START DATA SECTION
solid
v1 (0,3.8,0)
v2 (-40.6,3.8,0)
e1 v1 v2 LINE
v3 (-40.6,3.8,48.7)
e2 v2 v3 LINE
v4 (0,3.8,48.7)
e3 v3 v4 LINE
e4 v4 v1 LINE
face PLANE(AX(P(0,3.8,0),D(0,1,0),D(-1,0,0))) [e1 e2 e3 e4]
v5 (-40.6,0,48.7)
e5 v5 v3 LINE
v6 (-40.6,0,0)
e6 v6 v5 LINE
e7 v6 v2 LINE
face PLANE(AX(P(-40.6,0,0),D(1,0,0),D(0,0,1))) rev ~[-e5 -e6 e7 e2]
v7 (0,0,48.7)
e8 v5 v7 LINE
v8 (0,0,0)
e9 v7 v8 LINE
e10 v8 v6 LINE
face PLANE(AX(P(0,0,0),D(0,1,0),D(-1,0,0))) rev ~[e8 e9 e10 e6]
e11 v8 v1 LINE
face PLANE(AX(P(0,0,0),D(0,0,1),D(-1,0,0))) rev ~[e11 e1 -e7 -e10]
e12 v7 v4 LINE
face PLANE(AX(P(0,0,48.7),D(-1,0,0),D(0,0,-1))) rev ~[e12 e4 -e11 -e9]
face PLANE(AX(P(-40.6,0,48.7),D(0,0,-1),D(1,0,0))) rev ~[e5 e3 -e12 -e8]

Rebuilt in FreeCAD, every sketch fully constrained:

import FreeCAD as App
import Part
import Sketcher

V = App.Vector
Q = App.Units.Quantity


def add_polygon(sketch, points):
    """Adds a closed chain of lines whose ends are joined by coincident constraints."""
    first, n = sketch.GeometryCount, len(points)
    for a, b in zip(points, points[1:] + points[:1]):
        sketch.addGeometry(Part.LineSegment(App.Vector(*a, 0), App.Vector(*b, 0)), False)
    for i in range(n):
        sketch.addConstraint(Sketcher.Constraint("Coincident", first + i, 2, first + (i + 1) % n, 1))

doc = App.newDocument("Part")
params = doc.addObject("Spreadsheet::Sheet", "Params")
for row, (alias, value) in enumerate([
    ("sketch1_width", "40.6 mm"),
    ("sketch1_height", "48.7 mm"),
    ("pad1_length", "3.8 mm"),
], start=1):
    params.set(f"A{row}", alias)
    params.set(f"B{row}", "=" + value)
    params.setAlias(f"B{row}", alias)

body = doc.addObject("PartDesign::Body", "Body")

# Sketch on XZ plane
sketch1 = body.newObject("Sketcher::SketchObject", "Sketch")
sketch1.AttachmentSupport = (doc.getObject("XZ_Plane"), [""])
sketch1.MapMode = "FlatFace"
add_polygon(sketch1, [(-40.6, 0), (-40.6, 48.7), (0, 48.7), (0, 0)])  # lines 0-3
sketch1.addConstraint([
    Sketcher.Constraint("Vertical", 0),
    Sketcher.Constraint("Horizontal", 1),
    Sketcher.Constraint("Vertical", 2),
    Sketcher.Constraint("Horizontal", 3),
    Sketcher.Constraint("Coincident", 2, 2, -1, 1),
    Sketcher.Constraint("DistanceX", 1, 1, 1, 2, Q("40.6 mm")),
    Sketcher.Constraint("DistanceY", 0, 1, 0, 2, Q("48.7 mm")),
])
sketch1.setExpression("Constraints[9]", "Params.sketch1_width")
sketch1.setExpression("Constraints[10]", "Params.sketch1_height")
pad1 = body.newObject("PartDesign::Pad", "Pad")
pad1.Profile = sketch1
pad1.setExpression("Length", "Params.pad1_length")
pad1.Reversed = True

doc.recompute()
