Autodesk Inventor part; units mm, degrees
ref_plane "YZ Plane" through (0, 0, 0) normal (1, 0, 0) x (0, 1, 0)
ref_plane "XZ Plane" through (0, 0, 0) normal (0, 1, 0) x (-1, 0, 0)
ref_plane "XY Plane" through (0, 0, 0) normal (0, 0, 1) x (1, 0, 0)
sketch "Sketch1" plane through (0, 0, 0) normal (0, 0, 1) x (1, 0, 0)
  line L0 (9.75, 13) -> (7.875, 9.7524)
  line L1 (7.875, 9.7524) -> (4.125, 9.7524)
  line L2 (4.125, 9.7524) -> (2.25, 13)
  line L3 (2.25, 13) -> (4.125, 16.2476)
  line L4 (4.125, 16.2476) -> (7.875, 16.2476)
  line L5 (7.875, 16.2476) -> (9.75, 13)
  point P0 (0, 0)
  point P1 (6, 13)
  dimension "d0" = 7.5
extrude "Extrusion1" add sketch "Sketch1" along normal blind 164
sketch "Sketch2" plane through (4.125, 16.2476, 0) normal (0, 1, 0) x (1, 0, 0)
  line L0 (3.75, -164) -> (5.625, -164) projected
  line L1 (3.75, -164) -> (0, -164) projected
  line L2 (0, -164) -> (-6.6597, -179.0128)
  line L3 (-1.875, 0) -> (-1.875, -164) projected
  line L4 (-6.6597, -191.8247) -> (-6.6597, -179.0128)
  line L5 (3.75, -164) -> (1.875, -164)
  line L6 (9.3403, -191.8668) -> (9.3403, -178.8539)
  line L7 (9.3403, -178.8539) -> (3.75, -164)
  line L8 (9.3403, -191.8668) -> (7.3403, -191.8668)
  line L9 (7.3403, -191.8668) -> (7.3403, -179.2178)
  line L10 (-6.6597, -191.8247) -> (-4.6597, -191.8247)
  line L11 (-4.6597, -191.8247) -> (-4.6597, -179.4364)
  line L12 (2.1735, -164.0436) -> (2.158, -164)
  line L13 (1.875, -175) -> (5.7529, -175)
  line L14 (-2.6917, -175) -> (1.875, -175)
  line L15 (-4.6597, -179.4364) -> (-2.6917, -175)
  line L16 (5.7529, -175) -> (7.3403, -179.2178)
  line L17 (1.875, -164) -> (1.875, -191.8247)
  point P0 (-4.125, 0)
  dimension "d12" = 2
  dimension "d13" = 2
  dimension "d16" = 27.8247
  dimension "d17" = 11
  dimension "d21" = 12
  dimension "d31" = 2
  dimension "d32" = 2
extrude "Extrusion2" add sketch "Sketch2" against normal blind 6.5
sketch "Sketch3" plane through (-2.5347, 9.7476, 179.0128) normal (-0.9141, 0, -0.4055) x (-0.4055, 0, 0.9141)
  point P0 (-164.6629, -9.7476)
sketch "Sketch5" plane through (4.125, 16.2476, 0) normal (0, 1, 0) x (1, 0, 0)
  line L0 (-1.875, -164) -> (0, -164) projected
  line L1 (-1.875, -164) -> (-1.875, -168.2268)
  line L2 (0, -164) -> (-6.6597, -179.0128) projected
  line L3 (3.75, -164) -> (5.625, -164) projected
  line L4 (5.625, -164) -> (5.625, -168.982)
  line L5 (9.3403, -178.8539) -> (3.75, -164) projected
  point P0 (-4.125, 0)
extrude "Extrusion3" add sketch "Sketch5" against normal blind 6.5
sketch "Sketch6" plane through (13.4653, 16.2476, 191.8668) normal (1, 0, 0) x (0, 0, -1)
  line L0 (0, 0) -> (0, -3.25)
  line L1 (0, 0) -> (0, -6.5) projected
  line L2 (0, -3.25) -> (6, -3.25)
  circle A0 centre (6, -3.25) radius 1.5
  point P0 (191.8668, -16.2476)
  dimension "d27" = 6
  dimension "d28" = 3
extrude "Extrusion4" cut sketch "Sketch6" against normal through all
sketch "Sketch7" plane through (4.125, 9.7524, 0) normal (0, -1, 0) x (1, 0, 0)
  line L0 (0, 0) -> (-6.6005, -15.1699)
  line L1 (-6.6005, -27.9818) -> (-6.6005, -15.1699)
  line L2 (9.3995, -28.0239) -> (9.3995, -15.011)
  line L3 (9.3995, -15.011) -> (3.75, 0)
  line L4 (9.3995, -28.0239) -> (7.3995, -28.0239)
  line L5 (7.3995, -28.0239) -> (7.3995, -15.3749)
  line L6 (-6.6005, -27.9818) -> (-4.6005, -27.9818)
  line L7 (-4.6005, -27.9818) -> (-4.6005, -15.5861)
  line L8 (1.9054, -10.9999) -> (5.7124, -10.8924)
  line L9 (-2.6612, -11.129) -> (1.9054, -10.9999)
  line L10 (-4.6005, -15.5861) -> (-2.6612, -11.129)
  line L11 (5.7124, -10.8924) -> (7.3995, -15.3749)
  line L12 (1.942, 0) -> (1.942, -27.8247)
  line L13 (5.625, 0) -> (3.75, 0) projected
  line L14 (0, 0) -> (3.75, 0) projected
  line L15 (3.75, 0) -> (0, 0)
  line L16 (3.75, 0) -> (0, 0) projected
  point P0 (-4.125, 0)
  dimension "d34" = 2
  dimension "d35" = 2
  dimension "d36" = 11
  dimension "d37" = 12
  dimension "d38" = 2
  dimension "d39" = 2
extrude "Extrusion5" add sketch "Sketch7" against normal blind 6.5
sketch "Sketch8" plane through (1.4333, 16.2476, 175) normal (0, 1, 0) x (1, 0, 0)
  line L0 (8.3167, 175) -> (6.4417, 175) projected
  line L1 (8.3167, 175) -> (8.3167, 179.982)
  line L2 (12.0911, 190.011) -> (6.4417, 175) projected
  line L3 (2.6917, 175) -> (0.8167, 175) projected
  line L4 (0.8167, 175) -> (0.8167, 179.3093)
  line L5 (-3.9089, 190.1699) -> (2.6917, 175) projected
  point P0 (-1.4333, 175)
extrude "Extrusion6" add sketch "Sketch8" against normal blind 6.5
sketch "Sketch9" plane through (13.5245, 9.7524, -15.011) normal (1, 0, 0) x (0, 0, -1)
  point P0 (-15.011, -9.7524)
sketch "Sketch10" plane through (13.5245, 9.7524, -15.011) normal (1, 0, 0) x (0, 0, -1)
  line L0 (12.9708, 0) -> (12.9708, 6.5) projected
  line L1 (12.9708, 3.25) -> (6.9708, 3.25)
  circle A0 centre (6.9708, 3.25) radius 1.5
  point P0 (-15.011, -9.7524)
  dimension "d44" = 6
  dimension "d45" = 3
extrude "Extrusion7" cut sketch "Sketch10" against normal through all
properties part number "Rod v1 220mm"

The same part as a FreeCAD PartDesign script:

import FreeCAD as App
import Part
import Sketcher

V = App.Vector
Q = App.Units.Quantity

doc = App.newDocument("Part")
body = doc.addObject("PartDesign::Body", "Body")

# Sketch on XY plane
sketch1 = body.newObject("Sketcher::SketchObject", "Sketch")
sketch1.AttachmentSupport = (doc.getObject("XY_Plane"), [""])
sketch1.MapMode = "FlatFace"
sketch1.addGeometry(Part.LineSegment(V(7.9, 9.8, 0), V(9.8, 13, 0)), False)
sketch1.addGeometry(Part.LineSegment(V(9.8, 13, 0), V(7.9, 16.2, 0)), False)
sketch1.addGeometry(Part.LineSegment(V(7.9, 16.2, 0), V(4.1, 16.2, 0)), False)
sketch1.addGeometry(Part.LineSegment(V(4.1, 16.2, 0), V(2.2, 13, 0)), False)
sketch1.addGeometry(Part.LineSegment(V(2.2, 13, 0), V(4.1, 9.8, 0)), False)
sketch1.addGeometry(Part.LineSegment(V(4.1, 9.8, 0), V(7.9, 9.8, 0)), False)
sketch1.addConstraint(Sketcher.Constraint("Coincident", 0, 2, 1, 1))
sketch1.addConstraint(Sketcher.Constraint("Coincident", 1, 2, 2, 1))
sketch1.addConstraint(Sketcher.Constraint("Coincident", 2, 2, 3, 1))
sketch1.addConstraint(Sketcher.Constraint("Coincident", 3, 2, 4, 1))
sketch1.addConstraint(Sketcher.Constraint("Coincident", 4, 2, 5, 1))
sketch1.addConstraint(Sketcher.Constraint("Coincident", 5, 2, 0, 1))
sketch1.addConstraint(Sketcher.Constraint("Horizontal", 2))
sketch1.addConstraint(Sketcher.Constraint("Horizontal", 5))
sketch1.addConstraint(Sketcher.Constraint("Parallel", 0, 3))
sketch1.addConstraint(Sketcher.Constraint("Parallel", 1, 4))
sketch1.addConstraint(Sketcher.Constraint("Horizontal", 0, 2, 3, 2))
sketch1.addConstraint(Sketcher.Constraint("Vertical", 2, 2, 4, 2))
sketch1.addConstraint(Sketcher.Constraint("Vertical", 1, 2, 5, 2))
sketch1.addConstraint(Sketcher.Constraint("DistanceX", 3, 2, 0, 2, Q("7.5 mm")))
sketch1.addConstraint(Sketcher.Constraint("Angle", 0, Q("60 deg")))
sketch1.addConstraint(Sketcher.Constraint("DistanceY", -1, 1, 0, 2, Q("13 mm")))
sketch1.addConstraint(Sketcher.Constraint("DistanceX", 2, 2, 2, 1, Q("3.75 mm")))
sketch1.addConstraint(Sketcher.Constraint("DistanceX", -1, 1, 0, 2, Q("9.75 mm")))
pad1 = body.newObject("PartDesign::Pad", "Pad")
pad1.Profile = sketch1
pad1.Length = 164

# Sketch on XZ plane
sketch2 = body.newObject("Sketcher::SketchObject", "Sketch001")
sketch2.AttachmentSupport = (doc.getObject("XZ_Plane"), [""])
sketch2.MapMode = "FlatFace"
sketch2.AttachmentOffset = App.Placement(V(0, 0, -16.2476), App.Rotation())
sketch2.addGeometry(Part.LineSegment(V(13.5, 178.9, 0), V(7.9, 164, 0)), False)
sketch2.addGeometry(Part.LineSegment(V(7.9, 164, 0), V(4.1, 164, 0)), False)
sketch2.addGeometry(Part.LineSegment(V(4.1, 164, 0), V(-2.5, 179, 0)), False)
sketch2.addGeometry(Part.LineSegment(V(-2.5, 179, 0), V(-2.5, 191.8, 0)), False)
sketch2.addGeometry(Part.LineSegment(V(-2.5, 191.8, 0), V(-0.5, 191.8, 0)), False)
sketch2.addGeometry(Part.LineSegment(V(-0.5, 191.8, 0), V(-0.5, 179.4, 0)), False)
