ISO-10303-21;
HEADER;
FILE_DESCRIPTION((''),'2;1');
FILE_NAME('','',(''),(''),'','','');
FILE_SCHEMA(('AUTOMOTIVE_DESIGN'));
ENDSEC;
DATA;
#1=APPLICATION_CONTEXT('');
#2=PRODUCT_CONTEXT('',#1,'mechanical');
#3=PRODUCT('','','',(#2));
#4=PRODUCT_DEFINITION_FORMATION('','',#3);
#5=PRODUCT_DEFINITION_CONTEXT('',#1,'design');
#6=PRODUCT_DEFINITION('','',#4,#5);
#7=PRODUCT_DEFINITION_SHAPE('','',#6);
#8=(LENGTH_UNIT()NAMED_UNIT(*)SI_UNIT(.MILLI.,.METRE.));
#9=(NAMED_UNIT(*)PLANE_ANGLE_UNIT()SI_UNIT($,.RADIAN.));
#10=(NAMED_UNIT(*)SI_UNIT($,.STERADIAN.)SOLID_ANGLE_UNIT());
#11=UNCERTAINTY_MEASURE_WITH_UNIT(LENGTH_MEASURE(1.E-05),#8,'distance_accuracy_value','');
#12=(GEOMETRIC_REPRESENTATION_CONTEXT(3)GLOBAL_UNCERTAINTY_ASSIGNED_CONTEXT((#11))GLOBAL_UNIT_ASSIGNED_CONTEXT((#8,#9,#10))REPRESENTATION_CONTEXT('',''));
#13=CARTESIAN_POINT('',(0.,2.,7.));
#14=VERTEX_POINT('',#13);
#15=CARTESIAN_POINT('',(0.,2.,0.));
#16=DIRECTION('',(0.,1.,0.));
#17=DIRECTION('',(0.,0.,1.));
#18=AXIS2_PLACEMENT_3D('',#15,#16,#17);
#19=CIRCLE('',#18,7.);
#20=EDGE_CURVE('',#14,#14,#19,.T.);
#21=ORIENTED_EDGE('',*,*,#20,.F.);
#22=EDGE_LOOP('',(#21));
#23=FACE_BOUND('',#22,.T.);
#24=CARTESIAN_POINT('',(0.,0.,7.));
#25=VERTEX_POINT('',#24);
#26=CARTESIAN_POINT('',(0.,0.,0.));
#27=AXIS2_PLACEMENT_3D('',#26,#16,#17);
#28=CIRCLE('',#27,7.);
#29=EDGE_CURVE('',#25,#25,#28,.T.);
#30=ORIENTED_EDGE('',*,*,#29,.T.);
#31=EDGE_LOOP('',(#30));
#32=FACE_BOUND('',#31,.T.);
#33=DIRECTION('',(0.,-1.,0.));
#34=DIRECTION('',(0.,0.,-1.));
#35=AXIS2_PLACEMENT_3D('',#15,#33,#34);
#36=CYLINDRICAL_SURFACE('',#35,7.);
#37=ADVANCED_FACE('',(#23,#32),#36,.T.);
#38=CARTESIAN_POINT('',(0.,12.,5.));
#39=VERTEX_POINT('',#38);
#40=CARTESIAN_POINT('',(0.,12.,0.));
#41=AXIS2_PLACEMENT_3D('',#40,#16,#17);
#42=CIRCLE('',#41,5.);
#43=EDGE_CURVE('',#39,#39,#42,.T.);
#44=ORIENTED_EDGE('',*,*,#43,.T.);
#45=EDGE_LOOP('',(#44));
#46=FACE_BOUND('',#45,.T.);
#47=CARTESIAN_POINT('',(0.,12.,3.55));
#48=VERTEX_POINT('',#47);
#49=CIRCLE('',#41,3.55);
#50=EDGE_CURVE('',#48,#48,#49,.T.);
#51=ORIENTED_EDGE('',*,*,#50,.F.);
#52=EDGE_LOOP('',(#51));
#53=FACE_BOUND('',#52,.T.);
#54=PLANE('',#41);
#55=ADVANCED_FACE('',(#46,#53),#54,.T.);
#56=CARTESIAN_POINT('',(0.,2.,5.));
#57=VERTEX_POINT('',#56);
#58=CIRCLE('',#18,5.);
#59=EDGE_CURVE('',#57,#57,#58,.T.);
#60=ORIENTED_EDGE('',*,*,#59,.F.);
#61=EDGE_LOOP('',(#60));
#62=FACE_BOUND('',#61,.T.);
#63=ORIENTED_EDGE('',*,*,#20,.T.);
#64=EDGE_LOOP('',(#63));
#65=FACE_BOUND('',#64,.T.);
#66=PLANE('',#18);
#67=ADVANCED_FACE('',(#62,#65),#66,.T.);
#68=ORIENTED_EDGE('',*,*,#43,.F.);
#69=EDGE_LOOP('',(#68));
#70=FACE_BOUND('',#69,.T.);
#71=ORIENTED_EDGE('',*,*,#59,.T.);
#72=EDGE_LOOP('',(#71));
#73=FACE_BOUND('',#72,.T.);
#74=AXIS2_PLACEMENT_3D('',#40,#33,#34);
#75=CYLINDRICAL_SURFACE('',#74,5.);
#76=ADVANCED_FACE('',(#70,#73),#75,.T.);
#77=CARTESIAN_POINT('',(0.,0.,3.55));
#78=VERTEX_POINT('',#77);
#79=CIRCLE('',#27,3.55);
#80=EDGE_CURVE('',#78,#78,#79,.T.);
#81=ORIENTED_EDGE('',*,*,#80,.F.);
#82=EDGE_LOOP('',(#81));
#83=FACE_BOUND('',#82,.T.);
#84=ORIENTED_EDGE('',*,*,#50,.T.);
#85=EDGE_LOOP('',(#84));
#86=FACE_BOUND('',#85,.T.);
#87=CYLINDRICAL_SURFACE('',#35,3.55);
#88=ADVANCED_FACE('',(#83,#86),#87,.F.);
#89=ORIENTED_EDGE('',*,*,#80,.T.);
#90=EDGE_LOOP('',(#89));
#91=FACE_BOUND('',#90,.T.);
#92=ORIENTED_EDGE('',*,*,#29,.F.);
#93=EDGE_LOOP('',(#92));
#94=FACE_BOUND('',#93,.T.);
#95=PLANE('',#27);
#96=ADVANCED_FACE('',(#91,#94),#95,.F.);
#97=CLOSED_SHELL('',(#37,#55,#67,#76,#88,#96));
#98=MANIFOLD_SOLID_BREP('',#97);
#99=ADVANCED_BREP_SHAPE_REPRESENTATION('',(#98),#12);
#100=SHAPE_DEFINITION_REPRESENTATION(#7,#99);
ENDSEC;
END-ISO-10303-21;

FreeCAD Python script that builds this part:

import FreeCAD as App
import Part
import Sketcher

V = App.Vector

doc = App.newDocument("Part")
params = doc.addObject("Spreadsheet::Sheet", "Params")
for row, (alias, value) in enumerate([
    ("sketch1_diameter", "14 mm"),
    ("sketch1_diameter2", "7.1 mm"),
    ("pad1_length", "2 mm"),
    ("sketch2_diameter", "10 mm"),
    ("sketch2_diameter2", "7.1 mm"),
    ("pad2_length", "10 mm"),
], start=1):
    params.set(f"A{row}", alias)
    params.set(f"B{row}", "=" + value)
    params.setAlias(f"B{row}", alias)

body = doc.addObject("PartDesign::Body", "Body")

sketch1 = body.newObject("Sketcher::SketchObject", "Sketch")
sketch1.AttachmentSupport = (doc.getObject("XZ_Plane"), [""])
sketch1.MapMode = "FlatFace"
sketch1.addGeometry([
    Part.Circle(V(0, 0, 0), V(0, 0, 1), 7),
    Part.Circle(V(0, 0, 0), V(0, 0, 1), 3.55),
], False)
sketch1.addConstraint([
    Sketcher.Constraint("Coincident", 0, 3, -1, 1),
    Sketcher.Constraint("Coincident", 1, 3, -1, 1),
    Sketcher.Constraint("Diameter", 0, 14.0),
    Sketcher.Constraint("Diameter", 1, 7.1),
])
sketch1.setExpression("Constraints[2]", "Params.sketch1_diameter")
sketch1.setExpression("Constraints[3]", "Params.sketch1_diameter2")
pad1 = body.newObject("PartDesign::Pad", "Pad")
pad1.Profile = sketch1
pad1.setExpression("Length", "Params.pad1_length")
pad1.Reversed = True

sketch2 = body.newObject("Sketcher::SketchObject", "Sketch001")
sketch2.AttachmentSupport = (doc.getObject("XZ_Plane"), [""])
sketch2.MapMode = "FlatFace"
sketch2.AttachmentOffset = App.Placement(V(0, 0, -2), App.Rotation())
sketch2.addGeometry([
    Part.Circle(V(0, 0, 0), V(0, 0, 1), 5),
    Part.Circle(V(0, 0, 0), V(0, 0, 1), 3.55),
], False)
sketch2.addConstraint([
    Sketcher.Constraint("Coincident", 0, 3, -1, 1),
    Sketcher.Constraint("Coincident", 1, 3, -1, 1),
    Sketcher.Constraint("Diameter", 0, 10.0),
    Sketcher.Constraint("Diameter", 1, 7.1),
])
sketch2.setExpression("Constraints[2]", "Params.sketch2_diameter")
sketch2.setExpression("Constraints[3]", "Params.sketch2_diameter2")
pad2 = body.newObject("PartDesign::Pad", "Pad001")
pad2.Profile = sketch2
pad2.setExpression("Length", "Params.pad2_length")
pad2.Reversed = True

doc.recompute()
END DATA SECTION
### THE TASK
Could you return exactly the lines above from the line with "#9=(NAMED_UNIT(*)PLANE_ANGLE_UNIT()SI_UNIT($,.RADIAN.));" to the line with "#23=FACE_BOUND('',#22,.T.);", both included, and nothing else?

### FINISHED EXERCISE
#9=(NAMED_UNIT(*)PLANE_ANGLE_UNIT()SI_UNIT($,.RADIAN.));
#10=(NAMED_UNIT(*)SI_UNIT($,.STERADIAN.)SOLID_ANGLE_UNIT());
#11=UNCERTAINTY_MEASURE_WITH_UNIT(LENGTH_MEASURE(1.E-05),#8,'distance_accuracy_value','');
#12=(GEOMETRIC_REPRESENTATION_CONTEXT(3)GLOBAL_UNCERTAINTY_ASSIGNED_CONTEXT((#11))GLOBAL_UNIT_ASSIGNED_CONTEXT((#8,#9,#10))REPRESENTATION_CONTEXT('',''));
#13=CARTESIAN_POINT('',(0.,2.,7.));
#14=VERTEX_POINT('',#13);
#15=CARTESIAN_POINT('',(0.,2.,0.));
#16=DIRECTION('',(0.,1.,0.));
#17=DIRECTION('',(0.,0.,1.));
#18=AXIS2_PLACEMENT_3D('',#15,#16,#17);
#19=CIRCLE('',#18,7.);
#20=EDGE_CURVE('',#14,#14,#19,.T.);
#21=ORIENTED_EDGE('',*,*,#20,.F.);
#22=EDGE_LOOP('',(#21));
#23=FACE_BOUND('',#22,.T.);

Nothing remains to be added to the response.